Spearheading the X-raid assault to gain MINI its fifth Dakar title are three crews made up of varying Dakar experience but all with excellent rallying pedigrees.

*Mikko Hirvonen (FIN)*, former WRC specialist contested his first Dakar in 2016 and took a stage win plus numerous top five in-stage finishes on his way to a remarkable fourth place result to earn him the title of Best Rookie. The experienced *Michel Périn (FRA)* was Hirvonen's co-pilot for last year's Dakar and the 2017 Dakar will see a repeat of this connection.

Talking about the 2017 Dakar rally, Hirvonen said: "I'm really happy and excited to participate to the Dakar for the second time. I think I learned a lot from this race last year and we've been working a lot with the team this year as well to be as ready as we can. I know it will be a big challenge again but I can't wait to be on the start line and see what we can do."

At the age of 29, *Bryce Menzies (USA)* is already an accomplished off-road driver. In 2016 he started thrilling international rally audiences at the wheel of a MINI ALL4 Racing and quickly got to grips with this iconic car, finishing top five in each outing. For his first attempt of the Dakar Rally, Menzies will be joined with his regular co-driver and fellow American *Peter Mortensen*.

"Competing in Dakar has been a lifelong dream of mine," said a happy Menzies. "I'm thrilled to be headed to Dakar as part of X-raid Team and fulfilling that dream. I've competed in quite a few races in a variety of terrain now and while nothing can prepare you for how gruelling the Dakar is I feel very comfortable with my team, my car and my co-driver. I'm looking forward to taking the green flag."

The third X-raid Team pairing to make up this MINIfamily is that of *Yazeed Al-Rajhi (KSA)* and his regular co-driver *Timo Gottschalk (GER)*. Al-Rahji's World Rally Championship (WRC2) experience meant his Dakar debut in 2015 was one of speed and top five stage placings.
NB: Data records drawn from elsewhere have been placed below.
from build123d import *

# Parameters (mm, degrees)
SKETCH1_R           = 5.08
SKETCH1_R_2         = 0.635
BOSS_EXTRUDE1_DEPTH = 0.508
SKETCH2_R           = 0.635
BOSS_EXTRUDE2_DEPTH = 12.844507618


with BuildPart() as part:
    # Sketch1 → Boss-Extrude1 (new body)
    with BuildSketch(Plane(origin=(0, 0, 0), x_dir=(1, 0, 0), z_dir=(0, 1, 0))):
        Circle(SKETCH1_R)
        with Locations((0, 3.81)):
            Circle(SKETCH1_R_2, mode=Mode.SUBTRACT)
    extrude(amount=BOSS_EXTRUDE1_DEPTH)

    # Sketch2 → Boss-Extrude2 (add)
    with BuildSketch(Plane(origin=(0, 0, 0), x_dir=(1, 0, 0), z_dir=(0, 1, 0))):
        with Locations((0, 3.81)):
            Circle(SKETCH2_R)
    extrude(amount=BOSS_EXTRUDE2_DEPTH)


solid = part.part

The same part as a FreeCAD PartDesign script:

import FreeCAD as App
import Part
import Sketcher
from FreeCAD import Vector
Q = App.Units.Quantity

doc = App.newDocument("Part")
body = doc.addObject("PartDesign::Body", "Body")

# Sketch on XZ plane
sketch1 = doc.addObject("Sketcher::SketchObject", "Sketch")
body.addObject(sketch1)
sketch1.AttachmentSupport = (doc.XZ_Plane, [""])
sketch1.MapMode = "FlatFace"
sketch1.addGeometry(Part.Circle(Vector(0, 0, 0), Vector(0, 0, 1), 5.1), False)
sketch1.addGeometry(Part.Circle(Vector(0, -3.8, 0), Vector(0, 0, 1), 0.6), False)
sketch1.addConstraint(Sketcher.Constraint("Coincident", 0, 3, -1, 1))
sketch1.addConstraint(Sketcher.Constraint("PointOnObject", 1, 3, -2))
sketch1.addConstraint(Sketcher.Constraint("Diameter", 0, Q("0.4 in")))
sketch1.addConstraint(Sketcher.Constraint("Diameter", 1, Q("0.05 in")))
sketch1.addConstraint(Sketcher.Constraint("DistanceY", 1, 3, -1, 1, Q("0.15 in")))
pad1 = doc.addObject("PartDesign::Pad", "Pad")
body.addObject(pad1)
pad1.Profile = sketch1
pad1.Length = Q("0.02 in")
pad1.Reversed = True

# Sketch on XZ plane
sketch2 = doc.addObject("Sketcher::SketchObject", "Sketch001")
body.addObject(sketch2)
sketch2.AttachmentSupport = (doc.XZ_Plane, [""])
sketch2.MapMode = "FlatFace"
sketch2.addGeometry(Part.Circle(Vector(0, -3.8, 0), Vector(0, 0, 1), 0.6), False)
sketch2.addConstraint(Sketcher.Constraint("PointOnObject", 0, 3, -2))
sketch2.addConstraint(Sketcher.Constraint("Diameter", 0, Q("0.05 in")))
sketch2.addConstraint(Sketcher.Constraint("DistanceY", 0, 3, -1, 1, Q("0.15 in")))
pad2 = doc.addObject("PartDesign::Pad", "Pad001")
body.addObject(pad2)
pad2.Profile = sketch2
pad2.Length = 12.844508
pad2.Reversed = True

doc.recompute()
His polished driving skill in a MINI ALL4 Racing in 2016, along with the experience of co-driver Gottschalk, captured them fourth place in this year's FIA Cross Country Rally World Cup.

"It's exciting for us, as we are competing in a new team. We are looking forward to it and the MINI is a good race car. However we know that the competition is strong and it won't be easy for us. Our primary target is to reach Buenos Aires, but also to fight for a podium finish. We know what is possible with our skillset and try to finish with a clever strategy and no mistakes."

A further five crews representing MINI at the 2017 Dakar will take up starting positions in the cockpits of MINI ALL4 Racing cars.

The rally experience of this international group of drivers and co-drivers spans many generations and Dakar battles. Each of these privateer crews will pose a serious threat to all of Dakar's competing teams especially with the fact MINI ALL4 Racing cars have received the benefit of further testing and development processes in race conditions throughout 2016.

*Orlando Terranova (ARG)* and co-driver *Andreas Schulz (GER)* are veteran rally and Dakar combatants across a variety of four-wheel-plus machines and two-wheels. With such great experience on their side, all advice given to other members of the MINI ALL4 Racing family will be greatly appreciated.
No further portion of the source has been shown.